## The problem
The stretch wanted below opens at the line containing "#130=LINE('',#129,#26);" and closes at the line containing "#186=ORIENTED_EDGE('',*,*,#131,.F.);". Please return it exactly, with no other lines.

## Given records
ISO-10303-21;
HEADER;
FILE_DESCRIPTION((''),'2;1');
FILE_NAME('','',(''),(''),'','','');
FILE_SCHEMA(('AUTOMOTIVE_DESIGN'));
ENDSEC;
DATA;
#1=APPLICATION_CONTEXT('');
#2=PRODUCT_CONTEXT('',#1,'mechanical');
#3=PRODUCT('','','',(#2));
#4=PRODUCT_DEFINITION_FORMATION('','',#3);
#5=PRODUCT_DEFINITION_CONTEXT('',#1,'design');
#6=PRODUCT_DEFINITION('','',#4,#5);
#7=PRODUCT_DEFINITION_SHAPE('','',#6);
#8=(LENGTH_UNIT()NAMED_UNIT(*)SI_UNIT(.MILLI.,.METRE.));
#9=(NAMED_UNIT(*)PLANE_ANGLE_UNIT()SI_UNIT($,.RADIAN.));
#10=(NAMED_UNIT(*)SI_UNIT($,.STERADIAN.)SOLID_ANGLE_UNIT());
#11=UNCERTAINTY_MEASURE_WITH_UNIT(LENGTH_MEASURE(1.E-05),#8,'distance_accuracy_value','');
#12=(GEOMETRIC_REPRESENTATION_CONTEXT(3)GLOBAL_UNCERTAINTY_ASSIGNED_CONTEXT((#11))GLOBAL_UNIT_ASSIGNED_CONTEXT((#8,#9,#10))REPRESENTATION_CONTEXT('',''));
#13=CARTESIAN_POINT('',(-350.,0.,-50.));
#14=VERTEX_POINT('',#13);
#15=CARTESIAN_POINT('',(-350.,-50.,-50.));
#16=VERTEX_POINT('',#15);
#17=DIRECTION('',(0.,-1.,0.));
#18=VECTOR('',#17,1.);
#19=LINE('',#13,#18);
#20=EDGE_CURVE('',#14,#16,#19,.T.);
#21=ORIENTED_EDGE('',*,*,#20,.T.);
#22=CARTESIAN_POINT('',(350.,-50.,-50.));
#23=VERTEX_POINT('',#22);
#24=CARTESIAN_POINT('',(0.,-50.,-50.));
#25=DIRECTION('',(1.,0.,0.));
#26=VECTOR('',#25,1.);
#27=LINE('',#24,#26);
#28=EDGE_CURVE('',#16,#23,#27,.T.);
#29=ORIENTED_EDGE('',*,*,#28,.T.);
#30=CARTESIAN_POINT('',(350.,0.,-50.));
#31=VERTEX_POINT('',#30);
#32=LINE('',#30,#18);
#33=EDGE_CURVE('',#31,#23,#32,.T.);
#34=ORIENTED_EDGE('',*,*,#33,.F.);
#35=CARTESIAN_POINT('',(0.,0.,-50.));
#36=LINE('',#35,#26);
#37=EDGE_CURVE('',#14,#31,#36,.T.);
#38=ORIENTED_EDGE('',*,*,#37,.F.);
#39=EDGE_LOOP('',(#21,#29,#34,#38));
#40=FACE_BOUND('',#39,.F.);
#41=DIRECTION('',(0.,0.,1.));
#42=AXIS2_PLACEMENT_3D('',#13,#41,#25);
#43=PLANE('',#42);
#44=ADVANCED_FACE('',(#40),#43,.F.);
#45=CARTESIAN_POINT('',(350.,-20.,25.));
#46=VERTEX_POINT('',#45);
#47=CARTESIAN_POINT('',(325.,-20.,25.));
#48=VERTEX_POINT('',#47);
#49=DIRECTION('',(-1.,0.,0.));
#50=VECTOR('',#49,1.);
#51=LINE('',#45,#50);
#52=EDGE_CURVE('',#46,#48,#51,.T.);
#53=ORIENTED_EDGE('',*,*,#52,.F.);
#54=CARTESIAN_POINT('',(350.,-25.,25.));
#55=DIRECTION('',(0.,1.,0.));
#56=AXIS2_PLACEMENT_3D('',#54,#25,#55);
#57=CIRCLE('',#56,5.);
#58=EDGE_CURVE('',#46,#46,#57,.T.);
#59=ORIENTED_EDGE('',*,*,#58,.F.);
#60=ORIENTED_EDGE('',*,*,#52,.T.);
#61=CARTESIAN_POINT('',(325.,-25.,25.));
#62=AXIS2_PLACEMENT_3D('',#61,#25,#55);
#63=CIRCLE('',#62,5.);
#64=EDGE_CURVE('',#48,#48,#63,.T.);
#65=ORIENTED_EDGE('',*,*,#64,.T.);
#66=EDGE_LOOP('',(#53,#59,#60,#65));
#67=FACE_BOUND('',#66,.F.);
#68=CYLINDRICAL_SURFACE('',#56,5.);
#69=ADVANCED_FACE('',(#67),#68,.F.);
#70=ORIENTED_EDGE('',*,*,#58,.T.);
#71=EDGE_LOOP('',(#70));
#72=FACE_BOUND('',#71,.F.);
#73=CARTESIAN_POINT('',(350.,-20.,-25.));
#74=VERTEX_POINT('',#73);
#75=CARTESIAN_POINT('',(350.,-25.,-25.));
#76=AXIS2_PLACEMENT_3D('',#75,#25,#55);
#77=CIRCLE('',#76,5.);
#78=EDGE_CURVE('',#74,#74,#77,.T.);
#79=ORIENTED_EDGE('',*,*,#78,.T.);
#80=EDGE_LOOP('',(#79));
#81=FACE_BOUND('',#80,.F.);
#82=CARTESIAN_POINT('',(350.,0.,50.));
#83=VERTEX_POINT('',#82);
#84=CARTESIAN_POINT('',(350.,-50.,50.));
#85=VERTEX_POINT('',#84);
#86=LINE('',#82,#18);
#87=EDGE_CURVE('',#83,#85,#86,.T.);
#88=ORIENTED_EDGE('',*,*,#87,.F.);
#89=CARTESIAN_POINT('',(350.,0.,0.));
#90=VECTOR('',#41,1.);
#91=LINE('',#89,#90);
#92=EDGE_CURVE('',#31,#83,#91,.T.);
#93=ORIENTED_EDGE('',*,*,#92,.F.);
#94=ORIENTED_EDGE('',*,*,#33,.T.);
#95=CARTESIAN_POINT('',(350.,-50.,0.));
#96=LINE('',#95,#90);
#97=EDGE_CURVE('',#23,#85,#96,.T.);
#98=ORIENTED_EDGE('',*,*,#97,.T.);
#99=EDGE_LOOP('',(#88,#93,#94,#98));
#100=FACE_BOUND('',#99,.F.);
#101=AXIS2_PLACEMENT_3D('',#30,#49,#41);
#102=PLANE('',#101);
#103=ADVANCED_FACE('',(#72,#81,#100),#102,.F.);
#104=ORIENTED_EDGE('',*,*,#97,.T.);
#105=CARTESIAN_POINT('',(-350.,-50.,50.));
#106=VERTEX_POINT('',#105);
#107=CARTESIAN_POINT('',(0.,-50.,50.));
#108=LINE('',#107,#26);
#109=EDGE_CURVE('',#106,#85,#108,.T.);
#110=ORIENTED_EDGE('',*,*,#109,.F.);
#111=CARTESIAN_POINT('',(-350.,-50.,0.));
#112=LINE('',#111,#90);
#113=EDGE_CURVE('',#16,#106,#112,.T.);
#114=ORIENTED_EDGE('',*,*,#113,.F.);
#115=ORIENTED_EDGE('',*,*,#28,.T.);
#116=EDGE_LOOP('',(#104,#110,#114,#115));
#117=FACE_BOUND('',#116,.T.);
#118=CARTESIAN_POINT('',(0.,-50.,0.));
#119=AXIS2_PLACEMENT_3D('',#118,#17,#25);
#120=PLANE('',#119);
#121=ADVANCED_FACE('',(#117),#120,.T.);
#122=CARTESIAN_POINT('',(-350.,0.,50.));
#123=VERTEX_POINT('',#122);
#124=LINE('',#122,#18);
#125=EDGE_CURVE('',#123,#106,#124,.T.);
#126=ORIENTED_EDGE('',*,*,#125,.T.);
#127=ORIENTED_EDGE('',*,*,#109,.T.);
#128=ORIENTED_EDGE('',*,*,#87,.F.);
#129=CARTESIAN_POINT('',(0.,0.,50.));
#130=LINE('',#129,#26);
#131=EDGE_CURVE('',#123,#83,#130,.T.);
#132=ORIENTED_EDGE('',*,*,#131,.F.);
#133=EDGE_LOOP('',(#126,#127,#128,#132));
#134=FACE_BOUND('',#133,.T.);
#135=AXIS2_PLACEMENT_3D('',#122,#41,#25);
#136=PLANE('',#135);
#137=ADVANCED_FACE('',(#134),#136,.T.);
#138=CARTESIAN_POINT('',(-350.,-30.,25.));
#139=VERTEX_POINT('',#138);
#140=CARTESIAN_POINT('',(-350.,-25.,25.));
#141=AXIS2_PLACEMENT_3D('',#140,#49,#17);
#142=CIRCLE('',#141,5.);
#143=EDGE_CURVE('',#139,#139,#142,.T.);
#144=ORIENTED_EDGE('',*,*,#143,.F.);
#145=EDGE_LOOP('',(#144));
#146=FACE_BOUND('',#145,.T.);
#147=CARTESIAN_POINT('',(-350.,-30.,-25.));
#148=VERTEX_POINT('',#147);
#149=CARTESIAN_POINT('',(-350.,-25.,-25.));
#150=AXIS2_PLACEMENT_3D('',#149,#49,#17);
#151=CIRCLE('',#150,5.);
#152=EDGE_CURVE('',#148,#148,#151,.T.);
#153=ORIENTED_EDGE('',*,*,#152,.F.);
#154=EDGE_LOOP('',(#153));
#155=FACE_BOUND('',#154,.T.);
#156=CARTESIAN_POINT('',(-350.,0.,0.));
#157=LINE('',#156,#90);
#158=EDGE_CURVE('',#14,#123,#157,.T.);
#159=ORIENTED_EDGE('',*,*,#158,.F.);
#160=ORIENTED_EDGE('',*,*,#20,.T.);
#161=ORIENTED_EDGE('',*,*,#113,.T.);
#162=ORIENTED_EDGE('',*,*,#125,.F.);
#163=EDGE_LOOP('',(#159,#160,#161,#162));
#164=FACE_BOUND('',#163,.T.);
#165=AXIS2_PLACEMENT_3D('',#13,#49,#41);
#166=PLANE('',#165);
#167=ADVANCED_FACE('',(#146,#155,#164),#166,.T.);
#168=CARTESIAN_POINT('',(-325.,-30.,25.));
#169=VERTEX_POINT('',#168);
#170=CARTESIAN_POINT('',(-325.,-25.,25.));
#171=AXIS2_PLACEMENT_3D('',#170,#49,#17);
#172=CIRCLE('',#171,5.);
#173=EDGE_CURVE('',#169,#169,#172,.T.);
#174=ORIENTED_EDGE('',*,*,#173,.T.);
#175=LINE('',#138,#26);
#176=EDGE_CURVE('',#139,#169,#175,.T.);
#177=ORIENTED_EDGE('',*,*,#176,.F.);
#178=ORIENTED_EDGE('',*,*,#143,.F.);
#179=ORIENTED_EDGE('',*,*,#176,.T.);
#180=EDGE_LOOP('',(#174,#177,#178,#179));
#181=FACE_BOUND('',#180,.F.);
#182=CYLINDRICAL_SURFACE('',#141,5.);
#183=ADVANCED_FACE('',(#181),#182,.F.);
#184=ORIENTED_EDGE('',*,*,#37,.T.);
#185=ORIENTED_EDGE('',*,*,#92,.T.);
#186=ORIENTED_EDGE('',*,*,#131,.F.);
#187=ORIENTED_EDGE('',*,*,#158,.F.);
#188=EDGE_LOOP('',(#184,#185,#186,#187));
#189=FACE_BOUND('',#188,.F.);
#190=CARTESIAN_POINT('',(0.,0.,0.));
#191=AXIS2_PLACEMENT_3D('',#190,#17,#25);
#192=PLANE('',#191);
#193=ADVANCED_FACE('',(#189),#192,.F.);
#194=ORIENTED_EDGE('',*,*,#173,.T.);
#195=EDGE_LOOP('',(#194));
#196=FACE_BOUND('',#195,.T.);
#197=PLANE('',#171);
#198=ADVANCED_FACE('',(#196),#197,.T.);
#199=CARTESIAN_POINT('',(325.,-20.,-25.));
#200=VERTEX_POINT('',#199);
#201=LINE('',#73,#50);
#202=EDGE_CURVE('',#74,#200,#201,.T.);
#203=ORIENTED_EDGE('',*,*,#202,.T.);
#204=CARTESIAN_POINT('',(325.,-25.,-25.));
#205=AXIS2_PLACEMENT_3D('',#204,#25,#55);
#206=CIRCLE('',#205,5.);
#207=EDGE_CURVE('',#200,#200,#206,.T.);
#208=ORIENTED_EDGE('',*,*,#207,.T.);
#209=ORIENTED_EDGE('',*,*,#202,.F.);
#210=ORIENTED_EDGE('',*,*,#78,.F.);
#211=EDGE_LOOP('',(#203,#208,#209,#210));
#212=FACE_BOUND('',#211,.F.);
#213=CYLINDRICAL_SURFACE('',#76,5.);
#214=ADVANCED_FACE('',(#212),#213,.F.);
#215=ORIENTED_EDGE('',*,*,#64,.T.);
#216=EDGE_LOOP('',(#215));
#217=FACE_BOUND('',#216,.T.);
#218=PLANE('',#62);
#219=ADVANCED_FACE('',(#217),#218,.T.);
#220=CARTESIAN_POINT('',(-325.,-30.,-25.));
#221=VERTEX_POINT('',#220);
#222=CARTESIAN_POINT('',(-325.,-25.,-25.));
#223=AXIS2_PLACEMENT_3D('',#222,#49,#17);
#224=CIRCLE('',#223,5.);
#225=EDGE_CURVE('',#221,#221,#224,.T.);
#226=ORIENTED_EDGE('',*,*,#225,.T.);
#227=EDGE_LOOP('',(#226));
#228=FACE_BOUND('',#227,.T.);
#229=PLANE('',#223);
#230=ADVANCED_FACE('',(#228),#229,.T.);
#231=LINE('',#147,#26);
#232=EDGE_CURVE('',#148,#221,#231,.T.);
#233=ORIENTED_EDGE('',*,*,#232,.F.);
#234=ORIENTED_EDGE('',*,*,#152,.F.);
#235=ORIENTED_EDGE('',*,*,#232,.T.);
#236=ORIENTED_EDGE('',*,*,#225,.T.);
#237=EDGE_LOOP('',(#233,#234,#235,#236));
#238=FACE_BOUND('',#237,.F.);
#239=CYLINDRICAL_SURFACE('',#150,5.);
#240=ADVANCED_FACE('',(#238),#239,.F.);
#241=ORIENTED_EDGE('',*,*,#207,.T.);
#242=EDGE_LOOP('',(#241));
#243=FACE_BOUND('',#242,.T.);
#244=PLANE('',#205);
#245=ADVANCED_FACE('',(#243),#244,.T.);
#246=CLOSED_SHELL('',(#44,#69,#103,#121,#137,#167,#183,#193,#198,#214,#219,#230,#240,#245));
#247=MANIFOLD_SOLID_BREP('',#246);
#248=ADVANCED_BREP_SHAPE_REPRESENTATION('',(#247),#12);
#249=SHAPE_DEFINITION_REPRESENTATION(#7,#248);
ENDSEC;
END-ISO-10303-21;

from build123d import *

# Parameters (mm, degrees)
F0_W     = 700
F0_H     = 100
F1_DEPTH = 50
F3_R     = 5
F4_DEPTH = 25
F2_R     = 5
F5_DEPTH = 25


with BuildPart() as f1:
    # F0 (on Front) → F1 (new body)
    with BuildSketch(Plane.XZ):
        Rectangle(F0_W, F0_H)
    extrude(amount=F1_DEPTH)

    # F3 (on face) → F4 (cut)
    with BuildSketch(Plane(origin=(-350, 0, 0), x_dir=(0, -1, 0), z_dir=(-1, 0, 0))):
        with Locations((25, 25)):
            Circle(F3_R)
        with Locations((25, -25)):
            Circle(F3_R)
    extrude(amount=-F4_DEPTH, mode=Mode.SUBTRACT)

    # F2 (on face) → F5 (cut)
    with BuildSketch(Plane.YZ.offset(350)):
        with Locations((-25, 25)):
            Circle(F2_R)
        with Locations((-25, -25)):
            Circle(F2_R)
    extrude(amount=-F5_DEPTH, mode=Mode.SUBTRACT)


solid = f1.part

## Exercise output
#130=LINE('',#129,#26);
#131=EDGE_CURVE('',#123,#83,#130,.T.);
#132=ORIENTED_EDGE('',*,*,#131,.F.);
#133=EDGE_LOOP('',(#126,#127,#128,#132));
#134=FACE_BOUND('',#133,.T.);
#135=AXIS2_PLACEMENT_3D('',#122,#41,#25);
#136=PLANE('',#135);
#137=ADVANCED_FACE('',(#134),#136,.T.);
#138=CARTESIAN_POINT('',(-350.,-30.,25.));
#139=VERTEX_POINT('',#138);
#140=CARTESIAN_POINT('',(-350.,-25.,25.));
#141=AXIS2_PLACEMENT_3D('',#140,#49,#17);
#142=CIRCLE('',#141,5.);
#143=EDGE_CURVE('',#139,#139,#142,.T.);
#144=ORIENTED_EDGE('',*,*,#143,.F.);
#145=EDGE_LOOP('',(#144));
#146=FACE_BOUND('',#145,.T.);
#147=CARTESIAN_POINT('',(-350.,-30.,-25.));
#148=VERTEX_POINT('',#147);
#149=CARTESIAN_POINT('',(-350.,-25.,-25.));
#150=AXIS2_PLACEMENT_3D('',#149,#49,#17);
#151=CIRCLE('',#150,5.);
#152=EDGE_CURVE('',#148,#148,#151,.T.);
#153=ORIENTED_EDGE('',*,*,#152,.F.);
#154=EDGE_LOOP('',(#153));
#155=FACE_BOUND('',#154,.T.);
#156=CARTESIAN_POINT('',(-350.,0.,0.));
#157=LINE('',#156,#90);
#158=EDGE_CURVE('',#14,#123,#157,.T.);
#159=ORIENTED_EDGE('',*,*,#158,.F.);
#160=ORIENTED_EDGE('',*,*,#20,.T.);
#161=ORIENTED_EDGE('',*,*,#113,.T.);
#162=ORIENTED_EDGE('',*,*,#125,.F.);
#163=EDGE_LOOP('',(#159,#160,#161,#162));
#164=FACE_BOUND('',#163,.T.);
#165=AXIS2_PLACEMENT_3D('',#13,#49,#41);
#166=PLANE('',#165);
#167=ADVANCED_FACE('',(#146,#155,#164),#166,.T.);
#168=CARTESIAN_POINT('',(-325.,-30.,25.));
#169=VERTEX_POINT('',#168);
#170=CARTESIAN_POINT('',(-325.,-25.,25.));
#171=AXIS2_PLACEMENT_3D('',#170,#49,#17);
#172=CIRCLE('',#171,5.);
#173=EDGE_CURVE('',#169,#169,#172,.T.);
#174=ORIENTED_EDGE('',*,*,#173,.T.);
#175=LINE('',#138,#26);
#176=EDGE_CURVE('',#139,#169,#175,.T.);
#177=ORIENTED_EDGE('',*,*,#176,.F.);
#178=ORIENTED_EDGE('',*,*,#143,.F.);
#179=ORIENTED_EDGE('',*,*,#176,.T.);
#180=EDGE_LOOP('',(#174,#177,#178,#179));
#181=FACE_BOUND('',#180,.F.);
#182=CYLINDRICAL_SURFACE('',#141,5.);
#183=ADVANCED_FACE('',(#181),#182,.F.);
#184=ORIENTED_EDGE('',*,*,#37,.T.);
#185=ORIENTED_EDGE('',*,*,#92,.T.);
#186=ORIENTED_EDGE('',*,*,#131,.F.);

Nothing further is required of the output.